──────── Entries shown

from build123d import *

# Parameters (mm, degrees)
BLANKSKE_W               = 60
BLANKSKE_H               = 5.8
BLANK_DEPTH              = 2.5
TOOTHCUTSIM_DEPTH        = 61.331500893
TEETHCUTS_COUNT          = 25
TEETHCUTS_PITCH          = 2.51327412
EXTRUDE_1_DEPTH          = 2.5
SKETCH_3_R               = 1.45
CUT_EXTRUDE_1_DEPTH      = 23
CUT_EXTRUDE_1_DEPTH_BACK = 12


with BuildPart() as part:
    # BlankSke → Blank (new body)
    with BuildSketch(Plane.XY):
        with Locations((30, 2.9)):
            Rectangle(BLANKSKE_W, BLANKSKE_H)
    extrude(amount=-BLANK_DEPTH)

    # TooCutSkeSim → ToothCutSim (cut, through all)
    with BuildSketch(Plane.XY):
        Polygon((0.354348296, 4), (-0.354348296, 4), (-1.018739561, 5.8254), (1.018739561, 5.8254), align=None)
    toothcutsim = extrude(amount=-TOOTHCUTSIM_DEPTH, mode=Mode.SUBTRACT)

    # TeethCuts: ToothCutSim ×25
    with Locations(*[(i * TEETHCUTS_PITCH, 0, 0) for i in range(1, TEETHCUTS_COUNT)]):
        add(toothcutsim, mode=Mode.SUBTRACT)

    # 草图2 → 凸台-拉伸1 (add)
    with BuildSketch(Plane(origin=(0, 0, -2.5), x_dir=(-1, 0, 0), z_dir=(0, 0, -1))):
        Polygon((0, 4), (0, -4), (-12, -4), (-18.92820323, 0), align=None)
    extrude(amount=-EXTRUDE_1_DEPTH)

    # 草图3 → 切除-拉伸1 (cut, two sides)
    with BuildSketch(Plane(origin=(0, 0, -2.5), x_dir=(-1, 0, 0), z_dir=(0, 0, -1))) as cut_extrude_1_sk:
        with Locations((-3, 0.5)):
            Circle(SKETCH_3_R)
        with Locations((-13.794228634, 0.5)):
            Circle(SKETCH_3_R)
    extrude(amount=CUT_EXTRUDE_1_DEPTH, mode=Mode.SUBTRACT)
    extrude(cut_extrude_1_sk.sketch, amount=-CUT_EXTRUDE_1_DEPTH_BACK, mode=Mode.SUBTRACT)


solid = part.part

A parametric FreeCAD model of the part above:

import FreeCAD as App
import Part
import Sketcher
from FreeCAD import Vector
Q = App.Units.Quantity

doc = App.newDocument("Part")
params = doc.addObject("Spreadsheet::Sheet", "Params")
for row, (alias, value) in enumerate([
    ("sketch1_width", "60 mm"),
    ("sketch1_height", "5.8 mm"),
    ("pad1_length", "2.5 mm"),
    ("linearpattern_pitch", "2.513274 mm"),
    ("sketch3_width", "12 mm"),
    ("sketch3_height", "8 mm"),
    ("pad2_length", "2.5 mm"),
    ("sketch4_diameter", "2.9 mm"),
], start=1):
    params.set(f"A{row}", alias)
    params.set(f"B{row}", "=" + value)
    params.setAlias(f"B{row}", alias)

body = doc.addObject("PartDesign::Body", "Body")

sketch1 = body.newObject("Sketcher::SketchObject", "Sketch")
sketch1.AttachmentSupport = (doc.getObject("XY_Plane"), [""])
sketch1.MapMode = "FlatFace"
sketch1.addGeometry(Part.LineSegment(Vector(0, 6, 0), Vector(0, 0, 0)), False)
sketch1.addGeometry(Part.LineSegment(Vector(0, 0, 0), Vector(60, 0, 0)), False)
sketch1.addGeometry(Part.LineSegment(Vector(60, 0, 0), Vector(60, 6, 0)), False)
sketch1.addGeometry(Part.LineSegment(Vector(60, 6, 0), Vector(0, 6, 0)), False)
sketch1.addConstraint(Sketcher.Constraint("Coincident", 0, 2, 1, 1))
sketch1.addConstraint(Sketcher.Constraint("Coincident", 1, 2, 2, 1))
sketch1.addConstraint(Sketcher.Constraint("Coincident", 2, 2, 3, 1))
sketch1.addConstraint(Sketcher.Constraint("Coincident", 3, 2, 0, 1))
sketch1.addConstraint(Sketcher.Constraint("Vertical", 0))
sketch1.addConstraint(Sketcher.Constraint("Horizontal", 1))
sketch1.addConstraint(Sketcher.Constraint("Vertical", 2))
sketch1.addConstraint(Sketcher.Constraint("Horizontal", 3))
sketch1.addConstraint(Sketcher.Constraint("Coincident", 0, 2, -1, 1))
sketch1.addConstraint(Sketcher.Constraint("DistanceX", 1, 1, 1, 2, 60.0))
sketch1.addConstraint(Sketcher.Constraint("DistanceY", 0, 2, 0, 1, 5.8))
sketch1.setExpression("Constraints[9]", "Params.sketch1_width")
sketch1.setExpression("Constraints[10]", "Params.sketch1_height")
pad1 = body.newObject("PartDesign::Pad", "Pad")
pad1.Profile = sketch1
pad1.setExpression("Length", "Params.pad1_length")
pad1.Reversed = True

sketch2 = body.newObject("Sketcher::SketchObject", "Sketch001")
sketch2.AttachmentSupport = (doc.getObject("XY_Plane"), [""])
sketch2.MapMode = "FlatFace"
sketch2.addGeometry(Part.LineSegment(Vector(-0.4, 4, 0), Vector(0.4, 4, 0)), False)
sketch2.addGeometry(Part.LineSegment(Vector(0.4, 4, 0), Vector(1, 5.8, 0)), False)
sketch2.addGeometry(Part.LineSegment(Vector(1, 5.8, 0), Vector(-1, 5.8, 0)), False)
sketch2.addGeometry(Part.LineSegment(Vector(-1, 5.8, 0), Vector(-0.4, 4, 0)), False)
sketch2.addConstraint(Sketcher.Constraint("Coincident", 0, 2, 1, 1))
sketch2.addConstraint(Sketcher.Constraint("Coincident", 1, 2, 2, 1))
sketch2.addConstraint(Sketcher.Constraint("Coincident", 2, 2, 3, 1))
sketch2.addConstraint(Sketcher.Constraint("Coincident", 3, 2, 0, 1))
sketch2.addConstraint(Sketcher.Constraint("Horizontal", 0))
sketch2.addConstraint(Sketcher.Constraint("Horizontal", 2))
sketch2.addConstraint(Sketcher.Constraint("Equal", 1, 3))
sketch2.addConstraint(Sketcher.Constraint("Angle", 1, Q("70 deg")))
sketch2.addConstraint(Sketcher.Constraint("DistanceY", -1, 1, 0, 2, 4.0))
sketch2.addConstraint(Sketcher.Constraint("DistanceX", 2, 2, 2, 1, 2.037479))
sketch2.addConstraint(Sketcher.Constraint("DistanceY", -1, 1, 1, 2, 5.8254))
sketch2.addConstraint(Sketcher.Constraint("DistanceX", -1, 1, 0, 2, 0.354348))
pocket1 = body.newObject("PartDesign::Pocket", "Pocket")
pocket1.Profile = sketch2
pocket1.Type = "ThroughAll"
doc.recompute()

linearpattern = body.newObject("PartDesign::LinearPattern", "LinearPattern")
linearpattern.Originals = [pocket1]
linearpattern.Direction = (doc.getObject("X_Axis"), [""])
linearpattern.Mode = "offset"
linearpattern.setExpression("Offset", "Params.linearpattern_pitch")
linearpattern.Occurrences = 25
body.Tip = linearpattern

sketch3 = body.newObject("Sketcher::SketchObject", "Sketch002")
sketch3.AttachmentSupport = (doc.getObject("XY_Plane"), [""])
sketch3.MapMode = "FlatFace"
sketch3.AttachmentOffset = App.Placement(Vector(0, 0, -2.5), App.Rotation())
sketch3.addGeometry(Part.LineSegment(Vector(0, -4, 0), Vector(0, 4, 0)), False)
sketch3.addGeometry(Part.LineSegment(Vector(0, 4, 0), Vector(19, 0, 0)), False)
sketch3.addGeometry(Part.LineSegment(Vector(19, 0, 0), Vector(12, -4, 0)), False)
sketch3.addGeometry(Part.LineSegment(Vector(12, -4, 0), Vector(0, -4, 0)), False)
sketch3.addConstraint(Sketcher.Constraint("Coincident", 0, 2, 1, 1))
sketch3.addConstraint(Sketcher.Constraint("Coincident", 1, 2, 2, 1))
sketch3.addConstraint(Sketcher.Constraint("Coincident", 2, 2, 3, 1))
sketch3.addConstraint(Sketcher.Constraint("Coincident", 3, 2, 0, 1))
sketch3.addConstraint(Sketcher.Constraint("Vertical", 0))
sketch3.addConstraint(Sketcher.Constraint("Horizontal", 3))
sketch3.addConstraint(Sketcher.Constraint("Symmetric", 0, 2, 3, 2, -1, 1))
sketch3.addConstraint(Sketcher.Constraint("PointOnObject", 1, 2, -1))
sketch3.addConstraint(Sketcher.Constraint("DistanceX", 3, 2, 3, 1, 12.0))
sketch3.addConstraint(Sketcher.Constraint("DistanceY", 0, 1, 0, 2, 8.0))
sketch3.addConstraint(Sketcher.Constraint("Angle", 2, Q("-150 deg")))
sketch3.setExpression("Constraints[8]", "Params.sketch3_width")
sketch3.setExpression("Constraints[9]", "Params.sketch3_height")
pad2 = body.newObject("PartDesign::Pad", "Pad001")
pad2.Profile = sketch3
pad2.setExpression("Length", "Params.pad2_length")

sketch4 = body.newObject("Sketcher::SketchObject", "Sketch003")
sketch4.AttachmentSupport = (doc.getObject("XY_Plane"), [""])
sketch4.MapMode = "FlatFace"
sketch4.AttachmentOffset = App.Placement(Vector(0, 0, -2.5), App.Rotation())
sketch4.addGeometry(Part.Circle(Vector(3, 0.5, 0), Vector(0, 0, 1), 1.4), False)
sketch4.addGeometry(Part.Circle(Vector(13.8, 0.5, 0), Vector(0, 0, 1), 1.4), False)
sketch4.addConstraint(Sketcher.Constraint("Equal", 0, 1))
sketch4.addConstraint(Sketcher.Constraint("Horizontal", 0, 3, 1, 3))
sketch4.addConstraint(Sketcher.Constraint("Diameter", 0, 2.9))
sketch4.addConstraint(Sketcher.Constraint("DistanceX", -1, 1, 0, 3, 3.0))
sketch4.addConstraint(Sketcher.Constraint("DistanceY", -1, 1, 0, 3, 0.5))
sketch4.addConstraint(Sketcher.Constraint("DistanceX", -1, 1, 1, 3, 13.794229))
sketch4.setExpression("Constraints[2]", "Params.sketch4_diameter")
pocket2 = body.newObject("PartDesign::Pocket", "Pocket001")
pocket2.Profile = sketch4
pocket2.Type = "ThroughAll"
pocket2.Midplane = True

doc.recompute()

────────────────

__What is required__: Using the records above, give the count of lines with the word "None", and write nothing more.

__Answer section__: 2